### EXERCISE MATERIAL
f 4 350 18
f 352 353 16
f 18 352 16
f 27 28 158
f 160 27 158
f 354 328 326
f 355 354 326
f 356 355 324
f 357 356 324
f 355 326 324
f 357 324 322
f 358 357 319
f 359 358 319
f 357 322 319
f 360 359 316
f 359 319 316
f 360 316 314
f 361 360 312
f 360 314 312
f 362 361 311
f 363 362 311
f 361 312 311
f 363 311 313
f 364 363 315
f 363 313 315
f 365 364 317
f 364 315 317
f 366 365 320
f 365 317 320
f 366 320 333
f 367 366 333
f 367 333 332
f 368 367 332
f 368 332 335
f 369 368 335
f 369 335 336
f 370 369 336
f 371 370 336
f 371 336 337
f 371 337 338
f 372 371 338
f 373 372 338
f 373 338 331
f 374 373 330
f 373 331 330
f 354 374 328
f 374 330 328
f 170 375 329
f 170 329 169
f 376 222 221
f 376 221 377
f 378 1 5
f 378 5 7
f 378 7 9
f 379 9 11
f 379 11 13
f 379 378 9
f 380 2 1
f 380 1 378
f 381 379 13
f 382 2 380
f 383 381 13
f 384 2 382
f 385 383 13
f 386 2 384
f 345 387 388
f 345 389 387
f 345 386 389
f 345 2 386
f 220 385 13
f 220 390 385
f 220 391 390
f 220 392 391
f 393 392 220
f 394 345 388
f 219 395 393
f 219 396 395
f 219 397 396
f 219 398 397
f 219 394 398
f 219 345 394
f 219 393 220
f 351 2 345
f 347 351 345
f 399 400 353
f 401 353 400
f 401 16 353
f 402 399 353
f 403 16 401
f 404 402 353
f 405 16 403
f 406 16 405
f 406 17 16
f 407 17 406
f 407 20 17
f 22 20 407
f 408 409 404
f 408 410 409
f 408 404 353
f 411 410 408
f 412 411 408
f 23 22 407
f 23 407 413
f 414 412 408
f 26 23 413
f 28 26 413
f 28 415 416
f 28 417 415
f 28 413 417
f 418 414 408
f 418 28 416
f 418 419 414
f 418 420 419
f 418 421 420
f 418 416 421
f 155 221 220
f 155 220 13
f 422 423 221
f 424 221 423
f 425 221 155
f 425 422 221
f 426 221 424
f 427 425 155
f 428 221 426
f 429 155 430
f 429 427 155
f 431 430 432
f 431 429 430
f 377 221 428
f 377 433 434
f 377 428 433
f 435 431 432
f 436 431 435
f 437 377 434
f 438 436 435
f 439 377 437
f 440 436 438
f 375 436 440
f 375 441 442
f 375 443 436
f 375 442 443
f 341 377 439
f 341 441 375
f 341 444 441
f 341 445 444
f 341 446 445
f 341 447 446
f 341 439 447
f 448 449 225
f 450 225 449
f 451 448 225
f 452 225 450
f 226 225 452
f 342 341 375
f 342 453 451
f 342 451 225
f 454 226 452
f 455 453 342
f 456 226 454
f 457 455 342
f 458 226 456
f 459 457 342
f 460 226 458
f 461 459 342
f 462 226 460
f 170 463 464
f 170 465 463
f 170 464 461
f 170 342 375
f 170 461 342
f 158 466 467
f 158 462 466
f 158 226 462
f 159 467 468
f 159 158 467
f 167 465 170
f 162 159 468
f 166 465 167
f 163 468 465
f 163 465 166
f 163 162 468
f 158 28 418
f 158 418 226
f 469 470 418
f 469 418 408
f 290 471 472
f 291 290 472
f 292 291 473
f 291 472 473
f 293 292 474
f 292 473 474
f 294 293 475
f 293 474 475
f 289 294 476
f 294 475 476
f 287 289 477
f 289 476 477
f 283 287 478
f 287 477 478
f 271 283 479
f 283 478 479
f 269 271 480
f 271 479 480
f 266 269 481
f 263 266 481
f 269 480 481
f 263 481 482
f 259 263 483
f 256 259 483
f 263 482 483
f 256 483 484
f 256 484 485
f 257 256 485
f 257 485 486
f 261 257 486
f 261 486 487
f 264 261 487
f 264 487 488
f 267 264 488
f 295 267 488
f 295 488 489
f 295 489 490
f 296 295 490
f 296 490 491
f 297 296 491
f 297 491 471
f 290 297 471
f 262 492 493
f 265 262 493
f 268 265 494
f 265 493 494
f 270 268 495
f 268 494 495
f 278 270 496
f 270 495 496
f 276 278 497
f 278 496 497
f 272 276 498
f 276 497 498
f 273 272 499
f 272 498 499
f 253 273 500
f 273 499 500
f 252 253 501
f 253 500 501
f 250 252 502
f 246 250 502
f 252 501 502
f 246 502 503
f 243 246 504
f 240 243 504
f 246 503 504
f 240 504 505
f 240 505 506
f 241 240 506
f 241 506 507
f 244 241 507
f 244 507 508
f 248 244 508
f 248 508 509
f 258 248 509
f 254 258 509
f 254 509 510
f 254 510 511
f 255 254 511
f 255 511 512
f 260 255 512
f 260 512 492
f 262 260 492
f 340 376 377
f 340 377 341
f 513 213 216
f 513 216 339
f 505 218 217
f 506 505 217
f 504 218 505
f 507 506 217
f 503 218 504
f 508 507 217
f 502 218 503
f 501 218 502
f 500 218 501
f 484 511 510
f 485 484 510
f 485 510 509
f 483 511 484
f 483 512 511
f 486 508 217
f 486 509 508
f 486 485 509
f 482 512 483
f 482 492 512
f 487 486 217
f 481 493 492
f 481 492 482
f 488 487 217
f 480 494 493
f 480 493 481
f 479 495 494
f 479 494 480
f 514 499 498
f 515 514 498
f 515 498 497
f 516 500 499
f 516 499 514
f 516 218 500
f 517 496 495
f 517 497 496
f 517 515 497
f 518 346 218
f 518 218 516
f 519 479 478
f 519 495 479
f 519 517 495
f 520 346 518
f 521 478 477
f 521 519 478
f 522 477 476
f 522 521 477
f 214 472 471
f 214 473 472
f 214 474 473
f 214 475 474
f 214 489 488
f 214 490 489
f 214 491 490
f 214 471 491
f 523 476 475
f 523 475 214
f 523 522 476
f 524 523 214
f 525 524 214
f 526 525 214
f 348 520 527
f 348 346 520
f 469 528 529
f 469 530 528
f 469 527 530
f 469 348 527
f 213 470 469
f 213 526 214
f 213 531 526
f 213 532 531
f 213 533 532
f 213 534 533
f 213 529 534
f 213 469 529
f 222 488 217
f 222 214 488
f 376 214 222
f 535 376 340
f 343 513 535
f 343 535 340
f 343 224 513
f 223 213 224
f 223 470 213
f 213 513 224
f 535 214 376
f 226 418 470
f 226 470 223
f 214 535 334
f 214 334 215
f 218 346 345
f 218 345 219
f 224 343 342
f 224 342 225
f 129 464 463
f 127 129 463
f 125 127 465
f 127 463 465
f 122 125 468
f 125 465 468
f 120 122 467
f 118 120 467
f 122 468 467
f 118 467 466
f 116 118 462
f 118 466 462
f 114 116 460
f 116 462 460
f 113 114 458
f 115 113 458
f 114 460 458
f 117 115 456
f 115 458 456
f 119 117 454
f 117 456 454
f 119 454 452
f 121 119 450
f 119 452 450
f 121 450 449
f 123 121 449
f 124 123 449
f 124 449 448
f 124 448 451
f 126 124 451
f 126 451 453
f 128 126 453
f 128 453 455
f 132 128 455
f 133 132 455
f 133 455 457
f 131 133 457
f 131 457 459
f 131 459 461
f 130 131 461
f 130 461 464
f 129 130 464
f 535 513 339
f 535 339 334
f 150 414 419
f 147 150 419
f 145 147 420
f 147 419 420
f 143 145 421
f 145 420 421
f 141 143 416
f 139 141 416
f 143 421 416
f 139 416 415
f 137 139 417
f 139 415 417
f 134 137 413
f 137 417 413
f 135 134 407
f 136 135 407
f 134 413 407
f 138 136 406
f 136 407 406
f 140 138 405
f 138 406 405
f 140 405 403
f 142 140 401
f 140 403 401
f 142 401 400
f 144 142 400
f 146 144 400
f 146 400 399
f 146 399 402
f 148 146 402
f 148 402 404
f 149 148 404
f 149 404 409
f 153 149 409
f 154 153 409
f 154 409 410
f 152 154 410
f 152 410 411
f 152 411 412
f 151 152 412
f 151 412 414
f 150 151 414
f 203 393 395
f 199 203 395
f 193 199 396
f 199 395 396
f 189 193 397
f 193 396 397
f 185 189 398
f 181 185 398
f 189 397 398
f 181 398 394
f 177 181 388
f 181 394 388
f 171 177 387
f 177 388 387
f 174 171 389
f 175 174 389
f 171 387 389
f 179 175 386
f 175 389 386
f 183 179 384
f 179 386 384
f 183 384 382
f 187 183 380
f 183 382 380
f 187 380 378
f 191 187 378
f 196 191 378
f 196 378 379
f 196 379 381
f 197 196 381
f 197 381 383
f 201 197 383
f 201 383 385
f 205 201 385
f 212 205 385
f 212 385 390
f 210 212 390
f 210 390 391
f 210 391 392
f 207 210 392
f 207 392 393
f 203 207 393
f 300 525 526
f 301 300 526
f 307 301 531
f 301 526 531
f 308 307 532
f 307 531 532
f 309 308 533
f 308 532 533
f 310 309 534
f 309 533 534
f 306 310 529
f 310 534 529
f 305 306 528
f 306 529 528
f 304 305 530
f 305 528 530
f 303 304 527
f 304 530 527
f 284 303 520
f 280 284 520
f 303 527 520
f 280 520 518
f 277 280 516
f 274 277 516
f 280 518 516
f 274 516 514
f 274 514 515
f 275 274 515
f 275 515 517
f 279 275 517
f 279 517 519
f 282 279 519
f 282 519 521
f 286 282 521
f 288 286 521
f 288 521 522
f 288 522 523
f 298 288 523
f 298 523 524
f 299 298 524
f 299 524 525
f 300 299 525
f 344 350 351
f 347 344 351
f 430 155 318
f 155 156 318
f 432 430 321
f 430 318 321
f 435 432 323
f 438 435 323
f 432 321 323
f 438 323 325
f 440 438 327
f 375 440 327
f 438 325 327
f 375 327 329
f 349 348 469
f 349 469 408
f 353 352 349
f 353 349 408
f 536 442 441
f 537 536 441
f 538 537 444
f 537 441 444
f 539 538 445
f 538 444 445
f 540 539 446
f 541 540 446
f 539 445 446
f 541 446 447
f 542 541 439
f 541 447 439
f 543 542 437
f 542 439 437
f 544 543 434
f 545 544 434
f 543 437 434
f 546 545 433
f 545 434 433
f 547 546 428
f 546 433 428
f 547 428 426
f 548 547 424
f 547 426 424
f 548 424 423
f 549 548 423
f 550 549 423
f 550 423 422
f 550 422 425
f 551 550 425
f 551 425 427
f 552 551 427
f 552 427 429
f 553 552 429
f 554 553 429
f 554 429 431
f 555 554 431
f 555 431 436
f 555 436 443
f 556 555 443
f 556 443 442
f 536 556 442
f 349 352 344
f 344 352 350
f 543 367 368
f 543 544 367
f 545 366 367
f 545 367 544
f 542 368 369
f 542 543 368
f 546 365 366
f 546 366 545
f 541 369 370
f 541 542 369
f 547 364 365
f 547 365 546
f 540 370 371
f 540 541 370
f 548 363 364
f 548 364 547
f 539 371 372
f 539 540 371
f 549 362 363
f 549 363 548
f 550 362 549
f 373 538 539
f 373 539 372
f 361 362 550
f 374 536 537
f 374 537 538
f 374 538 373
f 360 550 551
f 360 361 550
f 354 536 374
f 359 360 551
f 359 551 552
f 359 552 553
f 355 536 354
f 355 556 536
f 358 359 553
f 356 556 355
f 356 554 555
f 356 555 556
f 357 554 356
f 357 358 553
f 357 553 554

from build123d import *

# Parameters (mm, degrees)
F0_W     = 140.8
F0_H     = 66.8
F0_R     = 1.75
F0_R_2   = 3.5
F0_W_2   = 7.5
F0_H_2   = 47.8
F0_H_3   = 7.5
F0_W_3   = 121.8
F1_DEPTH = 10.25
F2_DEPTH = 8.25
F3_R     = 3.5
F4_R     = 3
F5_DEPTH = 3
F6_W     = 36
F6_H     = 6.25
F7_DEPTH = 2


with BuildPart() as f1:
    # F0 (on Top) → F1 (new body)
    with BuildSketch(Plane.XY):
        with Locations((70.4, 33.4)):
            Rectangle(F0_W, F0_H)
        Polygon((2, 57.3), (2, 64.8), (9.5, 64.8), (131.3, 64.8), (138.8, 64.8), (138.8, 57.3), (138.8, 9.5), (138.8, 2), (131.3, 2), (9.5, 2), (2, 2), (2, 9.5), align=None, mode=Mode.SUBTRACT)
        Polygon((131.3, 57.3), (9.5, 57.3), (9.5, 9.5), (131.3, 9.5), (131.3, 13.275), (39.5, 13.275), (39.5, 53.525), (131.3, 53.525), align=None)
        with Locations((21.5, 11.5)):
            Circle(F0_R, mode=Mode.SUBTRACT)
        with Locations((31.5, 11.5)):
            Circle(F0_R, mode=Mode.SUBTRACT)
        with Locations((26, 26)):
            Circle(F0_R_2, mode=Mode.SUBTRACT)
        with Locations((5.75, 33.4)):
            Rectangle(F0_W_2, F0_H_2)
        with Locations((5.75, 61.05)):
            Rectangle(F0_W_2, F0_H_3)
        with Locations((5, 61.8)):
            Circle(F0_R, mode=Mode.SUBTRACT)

### TASK
Filter on the word "Locations": copy each matching line from the entries above.

### OUTPUT FOR THIS EXERCISE
        with Locations((70.4, 33.4)):
        with Locations((21.5, 11.5)):
        with Locations((31.5, 11.5)):
        with Locations((26, 26)):
        with Locations((5.75, 33.4)):
        with Locations((5.75, 61.05)):
        with Locations((5, 61.8)):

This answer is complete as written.